--- The problem ---
With both ends included, repeat exactly the lines of the entries below from the one containing "#111=ORIENTED_EDGE('',*,*,#52,.T.);" down to the one containing "#124=FACE_BOUND('',#123,.T.);", and no others.

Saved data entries
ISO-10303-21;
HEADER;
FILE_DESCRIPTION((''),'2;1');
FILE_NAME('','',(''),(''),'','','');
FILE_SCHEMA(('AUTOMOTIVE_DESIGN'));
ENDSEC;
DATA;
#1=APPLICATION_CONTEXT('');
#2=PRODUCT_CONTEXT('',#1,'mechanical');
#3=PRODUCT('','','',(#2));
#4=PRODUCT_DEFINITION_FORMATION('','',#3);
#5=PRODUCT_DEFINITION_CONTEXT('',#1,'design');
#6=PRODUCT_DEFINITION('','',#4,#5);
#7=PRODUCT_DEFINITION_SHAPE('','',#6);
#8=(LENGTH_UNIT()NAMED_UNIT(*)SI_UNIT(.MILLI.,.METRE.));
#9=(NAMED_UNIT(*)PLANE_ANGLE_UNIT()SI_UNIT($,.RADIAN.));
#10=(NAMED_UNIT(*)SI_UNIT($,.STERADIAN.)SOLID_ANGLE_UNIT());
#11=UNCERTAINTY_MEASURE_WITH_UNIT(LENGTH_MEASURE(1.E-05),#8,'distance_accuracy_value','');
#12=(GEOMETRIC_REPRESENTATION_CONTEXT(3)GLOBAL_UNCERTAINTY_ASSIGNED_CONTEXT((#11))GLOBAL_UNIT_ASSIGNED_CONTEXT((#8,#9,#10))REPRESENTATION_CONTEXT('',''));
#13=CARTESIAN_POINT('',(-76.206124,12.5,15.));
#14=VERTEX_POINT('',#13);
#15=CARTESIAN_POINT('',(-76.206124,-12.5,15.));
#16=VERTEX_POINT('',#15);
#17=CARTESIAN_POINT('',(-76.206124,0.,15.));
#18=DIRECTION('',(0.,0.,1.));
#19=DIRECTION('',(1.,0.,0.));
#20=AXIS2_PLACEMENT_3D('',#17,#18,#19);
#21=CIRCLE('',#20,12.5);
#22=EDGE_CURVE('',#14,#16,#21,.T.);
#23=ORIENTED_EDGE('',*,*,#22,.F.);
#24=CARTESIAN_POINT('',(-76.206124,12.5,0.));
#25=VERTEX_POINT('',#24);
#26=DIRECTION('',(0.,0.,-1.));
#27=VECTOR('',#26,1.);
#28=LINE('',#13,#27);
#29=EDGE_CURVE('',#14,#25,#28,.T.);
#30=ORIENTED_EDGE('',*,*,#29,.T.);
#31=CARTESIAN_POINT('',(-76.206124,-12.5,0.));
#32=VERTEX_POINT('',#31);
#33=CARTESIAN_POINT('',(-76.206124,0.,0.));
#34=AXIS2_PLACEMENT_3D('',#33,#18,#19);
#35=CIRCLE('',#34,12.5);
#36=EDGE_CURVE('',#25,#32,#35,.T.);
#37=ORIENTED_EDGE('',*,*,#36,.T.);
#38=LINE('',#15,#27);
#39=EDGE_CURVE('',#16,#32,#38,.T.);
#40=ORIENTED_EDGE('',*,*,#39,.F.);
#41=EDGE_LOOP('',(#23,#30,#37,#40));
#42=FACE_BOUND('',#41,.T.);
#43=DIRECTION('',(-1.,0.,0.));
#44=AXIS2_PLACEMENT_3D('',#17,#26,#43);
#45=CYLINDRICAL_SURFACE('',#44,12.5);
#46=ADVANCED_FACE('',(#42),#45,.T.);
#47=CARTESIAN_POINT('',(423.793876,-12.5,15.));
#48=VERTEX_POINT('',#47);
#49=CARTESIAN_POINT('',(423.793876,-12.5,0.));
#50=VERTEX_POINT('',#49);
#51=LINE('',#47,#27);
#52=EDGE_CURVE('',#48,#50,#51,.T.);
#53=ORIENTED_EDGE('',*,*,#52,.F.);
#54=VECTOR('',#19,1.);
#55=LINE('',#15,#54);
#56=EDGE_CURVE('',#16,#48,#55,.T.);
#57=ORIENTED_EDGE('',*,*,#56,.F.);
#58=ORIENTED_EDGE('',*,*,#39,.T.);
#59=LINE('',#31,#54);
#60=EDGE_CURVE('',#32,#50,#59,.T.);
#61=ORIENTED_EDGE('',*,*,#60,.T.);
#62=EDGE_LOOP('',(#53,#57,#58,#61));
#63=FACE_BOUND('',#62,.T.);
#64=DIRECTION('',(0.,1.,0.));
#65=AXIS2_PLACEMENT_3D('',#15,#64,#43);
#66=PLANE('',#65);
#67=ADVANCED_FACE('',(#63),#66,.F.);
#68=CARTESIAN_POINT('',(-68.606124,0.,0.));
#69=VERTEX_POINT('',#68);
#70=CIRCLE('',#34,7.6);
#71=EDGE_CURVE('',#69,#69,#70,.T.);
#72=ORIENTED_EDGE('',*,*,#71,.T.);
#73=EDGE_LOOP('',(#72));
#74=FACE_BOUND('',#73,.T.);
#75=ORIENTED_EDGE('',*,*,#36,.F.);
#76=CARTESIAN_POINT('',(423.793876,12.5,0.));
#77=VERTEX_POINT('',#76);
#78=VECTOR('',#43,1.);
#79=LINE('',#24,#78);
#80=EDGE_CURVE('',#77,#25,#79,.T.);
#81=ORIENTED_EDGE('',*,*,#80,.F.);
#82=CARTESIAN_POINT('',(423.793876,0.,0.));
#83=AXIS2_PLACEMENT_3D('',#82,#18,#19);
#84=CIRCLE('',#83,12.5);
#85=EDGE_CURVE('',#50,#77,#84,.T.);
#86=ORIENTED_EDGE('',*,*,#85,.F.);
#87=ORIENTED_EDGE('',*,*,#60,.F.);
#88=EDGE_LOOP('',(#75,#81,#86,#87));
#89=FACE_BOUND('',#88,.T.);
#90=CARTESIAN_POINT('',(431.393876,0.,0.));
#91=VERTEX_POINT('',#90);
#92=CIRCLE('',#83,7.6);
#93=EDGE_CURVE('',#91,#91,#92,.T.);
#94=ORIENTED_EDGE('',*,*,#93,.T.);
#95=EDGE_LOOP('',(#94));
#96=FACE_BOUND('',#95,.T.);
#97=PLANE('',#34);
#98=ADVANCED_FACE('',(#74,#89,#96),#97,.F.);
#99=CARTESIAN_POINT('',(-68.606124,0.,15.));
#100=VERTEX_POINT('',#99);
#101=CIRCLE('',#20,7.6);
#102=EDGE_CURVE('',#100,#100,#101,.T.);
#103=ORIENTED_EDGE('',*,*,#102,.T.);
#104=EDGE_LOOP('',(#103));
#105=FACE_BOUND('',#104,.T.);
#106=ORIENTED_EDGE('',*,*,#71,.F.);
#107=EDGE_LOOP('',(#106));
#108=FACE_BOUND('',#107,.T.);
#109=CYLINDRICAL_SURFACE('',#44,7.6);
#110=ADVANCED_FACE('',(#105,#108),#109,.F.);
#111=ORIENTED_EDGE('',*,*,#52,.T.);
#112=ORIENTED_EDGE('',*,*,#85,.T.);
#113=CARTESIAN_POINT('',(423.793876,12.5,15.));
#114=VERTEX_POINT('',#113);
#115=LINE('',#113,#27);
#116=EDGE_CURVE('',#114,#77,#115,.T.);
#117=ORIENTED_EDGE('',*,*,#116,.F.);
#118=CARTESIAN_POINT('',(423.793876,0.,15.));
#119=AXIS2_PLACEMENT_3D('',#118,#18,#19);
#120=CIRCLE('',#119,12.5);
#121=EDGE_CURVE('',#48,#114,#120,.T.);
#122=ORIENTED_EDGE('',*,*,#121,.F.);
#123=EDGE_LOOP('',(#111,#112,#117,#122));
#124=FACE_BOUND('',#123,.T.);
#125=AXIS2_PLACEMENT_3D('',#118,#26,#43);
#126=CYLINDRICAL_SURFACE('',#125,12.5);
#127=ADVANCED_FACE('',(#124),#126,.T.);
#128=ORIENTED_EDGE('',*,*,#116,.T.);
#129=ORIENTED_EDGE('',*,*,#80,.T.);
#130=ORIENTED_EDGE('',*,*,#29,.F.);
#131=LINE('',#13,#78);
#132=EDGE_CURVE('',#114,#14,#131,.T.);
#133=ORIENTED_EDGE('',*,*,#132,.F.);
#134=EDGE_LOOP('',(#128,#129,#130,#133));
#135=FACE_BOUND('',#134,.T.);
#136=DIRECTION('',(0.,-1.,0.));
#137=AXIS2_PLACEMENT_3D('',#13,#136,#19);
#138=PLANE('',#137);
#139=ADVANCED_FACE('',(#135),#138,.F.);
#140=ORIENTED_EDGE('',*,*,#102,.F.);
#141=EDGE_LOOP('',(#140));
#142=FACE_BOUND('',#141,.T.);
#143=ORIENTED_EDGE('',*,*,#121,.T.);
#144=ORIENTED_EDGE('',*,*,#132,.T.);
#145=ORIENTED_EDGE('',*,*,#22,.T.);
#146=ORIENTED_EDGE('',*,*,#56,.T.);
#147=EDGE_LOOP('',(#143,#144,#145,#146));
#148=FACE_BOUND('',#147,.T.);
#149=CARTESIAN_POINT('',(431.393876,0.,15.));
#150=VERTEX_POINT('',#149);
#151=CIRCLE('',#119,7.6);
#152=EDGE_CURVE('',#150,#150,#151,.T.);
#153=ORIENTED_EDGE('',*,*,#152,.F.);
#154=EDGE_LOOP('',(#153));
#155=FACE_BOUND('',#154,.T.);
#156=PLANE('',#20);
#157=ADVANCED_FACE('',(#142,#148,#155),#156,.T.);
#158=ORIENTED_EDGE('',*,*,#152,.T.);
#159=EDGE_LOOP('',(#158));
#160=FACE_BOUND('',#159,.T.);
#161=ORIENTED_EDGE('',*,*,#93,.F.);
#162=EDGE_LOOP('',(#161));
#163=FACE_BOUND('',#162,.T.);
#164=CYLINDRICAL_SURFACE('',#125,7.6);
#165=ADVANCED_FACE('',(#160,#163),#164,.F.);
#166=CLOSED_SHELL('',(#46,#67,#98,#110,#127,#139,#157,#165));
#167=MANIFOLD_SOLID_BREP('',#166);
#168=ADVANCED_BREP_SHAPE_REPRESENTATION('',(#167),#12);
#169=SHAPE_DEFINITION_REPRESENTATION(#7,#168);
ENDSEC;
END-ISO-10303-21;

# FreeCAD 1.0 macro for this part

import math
import FreeCAD as App
import Part
import Sketcher
Q = App.Units.Quantity

doc = App.newDocument("Part")
params = doc.addObject("Spreadsheet::Sheet", "Params")
for row, (alias, value) in enumerate([
    ("sketch1_diameter", "15.2 mm"),
    ("sketch1_radius", "12.5 mm"),
    ("sketch1_width", "500 mm"),
    ("pad1_length", "15 mm"),
], start=1):
    params.set(f"A{row}", alias)
    params.set(f"B{row}", "=" + value)
    params.setAlias(f"B{row}", alias)

body = doc.addObject("PartDesign::Body", "Body")

# Sketch on XY plane
sketch1 = doc.addObject("Sketcher::SketchObject", "Sketch")
body.addObject(sketch1)
sketch1.AttachmentSupport = (doc.XY_Plane, [""])
sketch1.MapMode = "FlatFace"
sketch1.addGeometry(Part.LineSegment(App.Vector(423.793876, 12.5, 0), App.Vector(-76.206124, 12.5, 0)), False)
sketch1.addGeometry(Part.ArcOfCircle(Part.Circle(App.Vector(-76.206124, 0, 0), App.Vector(0, 0, 1), 12.5), math.radians(90), math.radians(270)), False)
sketch1.addGeometry(Part.LineSegment(App.Vector(-76.206124, -12.5, 0), App.Vector(423.793876, -12.5, 0)), False)
sketch1.addGeometry(Part.ArcOfCircle(Part.Circle(App.Vector(423.793876, 0, 0), App.Vector(0, 0, 1), 12.5), math.radians(-90), math.radians(90)), False)
sketch1.addGeometry(Part.Circle(App.Vector(423.793876, 0, 0), App.Vector(0, 0, 1), 7.6), False)
sketch1.addGeometry(Part.Circle(App.Vector(-76.206124, 0, 0), App.Vector(0, 0, 1), 7.6), False)
sketch1.addConstraint(Sketcher.Constraint("Tangent", 0, 2, 1, 1))
sketch1.addConstraint(Sketcher.Constraint("Tangent", 1, 2, 2, 1))
sketch1.addConstraint(Sketcher.Constraint("Tangent", 2, 2, 3, 1))
sketch1.addConstraint(Sketcher.Constraint("Tangent", 3, 2, 0, 1))
sketch1.addConstraint(Sketcher.Constraint("Horizontal", 0))
sketch1.addConstraint(Sketcher.Constraint("Horizontal", 2))
sketch1.addConstraint(Sketcher.Constraint("Coincident", 4, 3, 3, 3))
sketch1.addConstraint(Sketcher.Constraint("Coincident", 5, 3, 1, 3))
sketch1.addConstraint(Sketcher.Constraint("Equal", 4, 5))
sketch1.addConstraint(Sketcher.Constraint("PointOnObject", 1, 3, -1))
sketch1.addConstraint(Sketcher.Constraint("Diameter", 4, Q("15.2 mm")))
sketch1.addConstraint(Sketcher.Constraint("Radius", 1, Q("12.5 mm")))
sketch1.addConstraint(Sketcher.Constraint("DistanceX", 0, 2, 0, 1, Q("500 mm")))
sketch1.addConstraint(Sketcher.Constraint("DistanceX", 1, 3, -1, 1, Q("76.206124 mm")))
sketch1.setExpression("Constraints[10]", "Params.sketch1_diameter")
sketch1.setExpression("Constraints[11]", "Params.sketch1_radius")
sketch1.setExpression("Constraints[12]", "Params.sketch1_width")
pad1 = doc.addObject("PartDesign::Pad", "Pad")
body.addObject(pad1)
pad1.Profile = sketch1
pad1.setExpression("Length", "Params.pad1_length")

doc.recompute()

--- Your solution ---
#111=ORIENTED_EDGE('',*,*,#52,.T.);
#112=ORIENTED_EDGE('',*,*,#85,.T.);
#113=CARTESIAN_POINT('',(423.793876,12.5,15.));
#114=VERTEX_POINT('',#113);
#115=LINE('',#113,#27);
#116=EDGE_CURVE('',#114,#77,#115,.T.);
#117=ORIENTED_EDGE('',*,*,#116,.F.);
#118=CARTESIAN_POINT('',(423.793876,0.,15.));
#119=AXIS2_PLACEMENT_3D('',#118,#18,#19);
#120=CIRCLE('',#119,12.5);
#121=EDGE_CURVE('',#48,#114,#120,.T.);
#122=ORIENTED_EDGE('',*,*,#121,.F.);
#123=EDGE_LOOP('',(#111,#112,#117,#122));
#124=FACE_BOUND('',#123,.T.);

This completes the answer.